> [TASK TO CARRY OUT]
Lines below that hold the word "DIRECTION" must be copied in full.

(RECORDS TO PROCESS)

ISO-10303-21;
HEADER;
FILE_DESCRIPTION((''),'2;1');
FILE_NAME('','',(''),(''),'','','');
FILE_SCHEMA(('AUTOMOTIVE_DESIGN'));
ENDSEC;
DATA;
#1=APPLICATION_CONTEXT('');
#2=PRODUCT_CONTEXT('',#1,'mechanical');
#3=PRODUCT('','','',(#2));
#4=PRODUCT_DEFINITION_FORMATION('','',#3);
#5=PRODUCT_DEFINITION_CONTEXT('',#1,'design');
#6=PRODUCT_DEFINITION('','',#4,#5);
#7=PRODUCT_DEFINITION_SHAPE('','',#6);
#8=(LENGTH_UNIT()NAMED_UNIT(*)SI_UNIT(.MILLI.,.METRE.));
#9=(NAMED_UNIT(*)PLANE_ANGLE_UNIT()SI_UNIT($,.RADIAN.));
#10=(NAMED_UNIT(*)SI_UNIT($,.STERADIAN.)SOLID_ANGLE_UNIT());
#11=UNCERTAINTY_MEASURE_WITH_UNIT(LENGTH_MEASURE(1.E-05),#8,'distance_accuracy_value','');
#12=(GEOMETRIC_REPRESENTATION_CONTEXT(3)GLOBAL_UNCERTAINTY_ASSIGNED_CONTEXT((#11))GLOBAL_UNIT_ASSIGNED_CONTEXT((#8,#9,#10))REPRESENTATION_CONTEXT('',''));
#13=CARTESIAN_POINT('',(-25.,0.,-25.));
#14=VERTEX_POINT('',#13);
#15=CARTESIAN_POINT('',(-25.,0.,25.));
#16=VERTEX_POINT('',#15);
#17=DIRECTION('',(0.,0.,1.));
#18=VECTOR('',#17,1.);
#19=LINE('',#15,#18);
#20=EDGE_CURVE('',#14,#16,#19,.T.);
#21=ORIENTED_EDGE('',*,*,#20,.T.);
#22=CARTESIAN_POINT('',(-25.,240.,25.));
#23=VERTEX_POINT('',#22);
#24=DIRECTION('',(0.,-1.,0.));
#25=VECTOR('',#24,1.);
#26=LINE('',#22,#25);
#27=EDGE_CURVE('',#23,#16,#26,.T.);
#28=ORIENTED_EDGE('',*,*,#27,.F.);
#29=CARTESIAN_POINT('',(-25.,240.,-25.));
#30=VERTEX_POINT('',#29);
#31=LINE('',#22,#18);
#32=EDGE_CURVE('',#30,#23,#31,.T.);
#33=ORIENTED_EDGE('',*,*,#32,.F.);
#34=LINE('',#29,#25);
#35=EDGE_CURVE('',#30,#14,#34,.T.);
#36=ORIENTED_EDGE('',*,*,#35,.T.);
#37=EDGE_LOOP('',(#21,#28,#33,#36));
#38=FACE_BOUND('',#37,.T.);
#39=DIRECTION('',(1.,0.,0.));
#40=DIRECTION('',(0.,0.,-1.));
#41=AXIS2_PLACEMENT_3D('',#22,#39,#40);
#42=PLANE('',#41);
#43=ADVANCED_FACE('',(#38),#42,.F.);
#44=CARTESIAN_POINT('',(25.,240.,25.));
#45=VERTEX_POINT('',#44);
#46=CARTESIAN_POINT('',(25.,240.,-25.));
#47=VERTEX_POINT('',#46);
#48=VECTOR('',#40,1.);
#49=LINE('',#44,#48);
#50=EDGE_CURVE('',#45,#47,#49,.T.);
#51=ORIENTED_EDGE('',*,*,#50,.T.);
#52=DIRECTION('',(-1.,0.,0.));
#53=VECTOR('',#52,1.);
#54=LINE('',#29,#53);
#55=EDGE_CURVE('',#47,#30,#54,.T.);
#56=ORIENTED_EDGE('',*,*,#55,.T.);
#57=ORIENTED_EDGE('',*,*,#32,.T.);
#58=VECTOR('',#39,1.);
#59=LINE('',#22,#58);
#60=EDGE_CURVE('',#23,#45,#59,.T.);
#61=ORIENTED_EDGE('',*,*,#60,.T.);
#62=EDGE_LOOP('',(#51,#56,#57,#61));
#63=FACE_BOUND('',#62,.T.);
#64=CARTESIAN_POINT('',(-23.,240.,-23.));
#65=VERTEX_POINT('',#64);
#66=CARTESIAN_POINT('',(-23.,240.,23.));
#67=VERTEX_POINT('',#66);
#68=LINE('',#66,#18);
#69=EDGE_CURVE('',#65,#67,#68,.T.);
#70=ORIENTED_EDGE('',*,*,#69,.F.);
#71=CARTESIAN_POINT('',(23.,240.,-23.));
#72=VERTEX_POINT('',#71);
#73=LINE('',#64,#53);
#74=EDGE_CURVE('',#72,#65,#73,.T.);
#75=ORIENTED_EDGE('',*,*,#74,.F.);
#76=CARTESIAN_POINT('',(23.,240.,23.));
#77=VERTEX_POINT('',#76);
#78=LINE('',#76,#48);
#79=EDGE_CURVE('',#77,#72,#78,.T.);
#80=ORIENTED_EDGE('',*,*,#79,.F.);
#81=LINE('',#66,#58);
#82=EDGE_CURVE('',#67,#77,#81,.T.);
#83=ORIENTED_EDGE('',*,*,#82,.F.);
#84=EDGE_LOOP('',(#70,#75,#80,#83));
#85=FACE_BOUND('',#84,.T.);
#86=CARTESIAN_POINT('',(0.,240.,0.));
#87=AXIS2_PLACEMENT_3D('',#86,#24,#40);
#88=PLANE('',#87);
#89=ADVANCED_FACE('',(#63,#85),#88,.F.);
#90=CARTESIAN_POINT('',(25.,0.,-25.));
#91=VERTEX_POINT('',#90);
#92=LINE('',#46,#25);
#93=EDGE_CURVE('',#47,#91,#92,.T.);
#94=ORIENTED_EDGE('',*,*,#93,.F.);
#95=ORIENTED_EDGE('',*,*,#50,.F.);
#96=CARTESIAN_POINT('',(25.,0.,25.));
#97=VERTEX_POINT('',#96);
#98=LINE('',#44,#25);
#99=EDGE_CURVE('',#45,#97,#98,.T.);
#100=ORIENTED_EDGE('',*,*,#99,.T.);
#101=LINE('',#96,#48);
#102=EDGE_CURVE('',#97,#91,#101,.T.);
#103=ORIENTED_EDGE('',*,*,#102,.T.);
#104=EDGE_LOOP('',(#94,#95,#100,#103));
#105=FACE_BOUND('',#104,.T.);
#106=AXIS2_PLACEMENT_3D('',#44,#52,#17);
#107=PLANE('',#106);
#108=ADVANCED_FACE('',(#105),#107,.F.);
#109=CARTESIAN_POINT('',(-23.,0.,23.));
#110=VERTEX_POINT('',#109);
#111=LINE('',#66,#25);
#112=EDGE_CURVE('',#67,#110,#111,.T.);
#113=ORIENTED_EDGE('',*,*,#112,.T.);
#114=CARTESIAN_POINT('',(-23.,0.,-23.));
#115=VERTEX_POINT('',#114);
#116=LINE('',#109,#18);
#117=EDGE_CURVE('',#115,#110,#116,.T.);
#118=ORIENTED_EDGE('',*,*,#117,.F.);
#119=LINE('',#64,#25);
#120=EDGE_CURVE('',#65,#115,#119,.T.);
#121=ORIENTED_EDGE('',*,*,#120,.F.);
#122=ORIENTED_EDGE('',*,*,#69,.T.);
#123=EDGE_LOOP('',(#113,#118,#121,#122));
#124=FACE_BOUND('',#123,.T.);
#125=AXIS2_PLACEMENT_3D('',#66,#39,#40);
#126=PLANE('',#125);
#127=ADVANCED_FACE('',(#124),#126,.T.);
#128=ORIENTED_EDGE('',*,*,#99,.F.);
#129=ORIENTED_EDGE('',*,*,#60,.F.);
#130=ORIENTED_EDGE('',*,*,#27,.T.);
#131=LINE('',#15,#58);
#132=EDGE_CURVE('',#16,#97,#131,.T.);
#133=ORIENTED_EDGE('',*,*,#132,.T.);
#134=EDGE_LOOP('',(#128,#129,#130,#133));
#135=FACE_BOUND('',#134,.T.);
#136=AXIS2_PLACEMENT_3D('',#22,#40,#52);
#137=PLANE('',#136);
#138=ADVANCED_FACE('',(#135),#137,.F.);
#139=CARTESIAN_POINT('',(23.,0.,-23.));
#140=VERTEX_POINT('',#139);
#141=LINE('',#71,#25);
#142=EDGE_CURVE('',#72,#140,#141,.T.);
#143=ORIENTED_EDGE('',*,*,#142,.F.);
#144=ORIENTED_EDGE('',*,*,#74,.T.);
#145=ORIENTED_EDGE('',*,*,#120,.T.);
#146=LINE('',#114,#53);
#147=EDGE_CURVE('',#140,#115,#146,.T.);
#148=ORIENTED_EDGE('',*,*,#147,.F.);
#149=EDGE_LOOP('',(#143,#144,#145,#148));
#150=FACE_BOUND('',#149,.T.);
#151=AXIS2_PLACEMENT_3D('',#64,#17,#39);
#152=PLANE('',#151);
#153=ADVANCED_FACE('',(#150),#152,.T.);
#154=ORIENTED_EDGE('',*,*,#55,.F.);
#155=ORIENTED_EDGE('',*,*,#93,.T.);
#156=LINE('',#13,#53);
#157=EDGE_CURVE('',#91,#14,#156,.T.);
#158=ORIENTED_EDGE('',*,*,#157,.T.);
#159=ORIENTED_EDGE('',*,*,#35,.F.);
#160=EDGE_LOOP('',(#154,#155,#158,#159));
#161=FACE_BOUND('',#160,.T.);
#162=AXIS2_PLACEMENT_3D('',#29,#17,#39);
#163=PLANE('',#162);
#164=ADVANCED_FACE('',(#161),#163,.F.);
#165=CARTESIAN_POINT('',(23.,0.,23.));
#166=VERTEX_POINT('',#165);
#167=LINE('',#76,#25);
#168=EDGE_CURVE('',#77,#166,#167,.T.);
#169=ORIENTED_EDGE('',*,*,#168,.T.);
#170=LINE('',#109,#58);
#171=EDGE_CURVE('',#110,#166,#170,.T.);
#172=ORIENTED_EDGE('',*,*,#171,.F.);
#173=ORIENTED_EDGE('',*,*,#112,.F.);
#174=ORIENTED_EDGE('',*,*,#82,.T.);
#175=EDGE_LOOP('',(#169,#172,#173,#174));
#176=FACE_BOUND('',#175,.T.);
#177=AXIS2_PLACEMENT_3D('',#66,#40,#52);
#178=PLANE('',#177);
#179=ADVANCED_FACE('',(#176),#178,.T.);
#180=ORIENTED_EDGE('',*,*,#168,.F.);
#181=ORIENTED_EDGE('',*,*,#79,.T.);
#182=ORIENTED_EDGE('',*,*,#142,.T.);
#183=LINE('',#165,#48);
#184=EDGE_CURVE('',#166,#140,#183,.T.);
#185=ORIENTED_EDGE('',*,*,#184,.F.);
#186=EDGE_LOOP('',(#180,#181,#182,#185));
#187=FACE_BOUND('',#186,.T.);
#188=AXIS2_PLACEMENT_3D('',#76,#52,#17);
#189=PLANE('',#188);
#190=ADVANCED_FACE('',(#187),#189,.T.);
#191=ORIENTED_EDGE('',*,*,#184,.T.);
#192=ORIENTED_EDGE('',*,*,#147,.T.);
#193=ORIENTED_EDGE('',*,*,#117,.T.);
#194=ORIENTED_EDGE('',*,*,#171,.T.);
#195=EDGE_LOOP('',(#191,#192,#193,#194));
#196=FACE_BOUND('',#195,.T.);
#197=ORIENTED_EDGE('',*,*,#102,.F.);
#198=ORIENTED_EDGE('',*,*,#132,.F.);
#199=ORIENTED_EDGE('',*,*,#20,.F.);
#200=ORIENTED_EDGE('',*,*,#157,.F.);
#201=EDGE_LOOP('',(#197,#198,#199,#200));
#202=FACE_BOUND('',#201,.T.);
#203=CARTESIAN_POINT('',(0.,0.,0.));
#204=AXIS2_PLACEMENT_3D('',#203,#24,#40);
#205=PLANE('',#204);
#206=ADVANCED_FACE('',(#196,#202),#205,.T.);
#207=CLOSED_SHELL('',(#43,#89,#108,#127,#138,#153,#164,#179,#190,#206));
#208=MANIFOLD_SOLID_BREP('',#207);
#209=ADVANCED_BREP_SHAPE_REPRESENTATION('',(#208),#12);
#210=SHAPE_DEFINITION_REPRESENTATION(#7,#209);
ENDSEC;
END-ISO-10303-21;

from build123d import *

# Parameters (mm, degrees)
SKETCH1_W           = 50
SKETCH1_H           = 50
SKETCH1_W_2         = 46
SKETCH1_H_2         = 46
BOSS_EXTRUDE1_DEPTH = 240


with BuildPart() as part:
    # Sketch1 → Boss-Extrude1 (new body)
    with BuildSketch(Plane(origin=(0, 0, 0), x_dir=(1, 0, 0), z_dir=(0, 1, 0))):
        Rectangle(SKETCH1_W, SKETCH1_H)
        Rectangle(SKETCH1_W_2, SKETCH1_H_2, mode=Mode.SUBTRACT)
    extrude(amount=BOSS_EXTRUDE1_DEPTH)


solid = part.part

(End RECORDS TO PROCESS)

> [REPLY]
#17=DIRECTION('',(0.,0.,1.));
#24=DIRECTION('',(0.,-1.,0.));
#39=DIRECTION('',(1.,0.,0.));
#40=DIRECTION('',(0.,0.,-1.));
#52=DIRECTION('',(-1.,0.,0.));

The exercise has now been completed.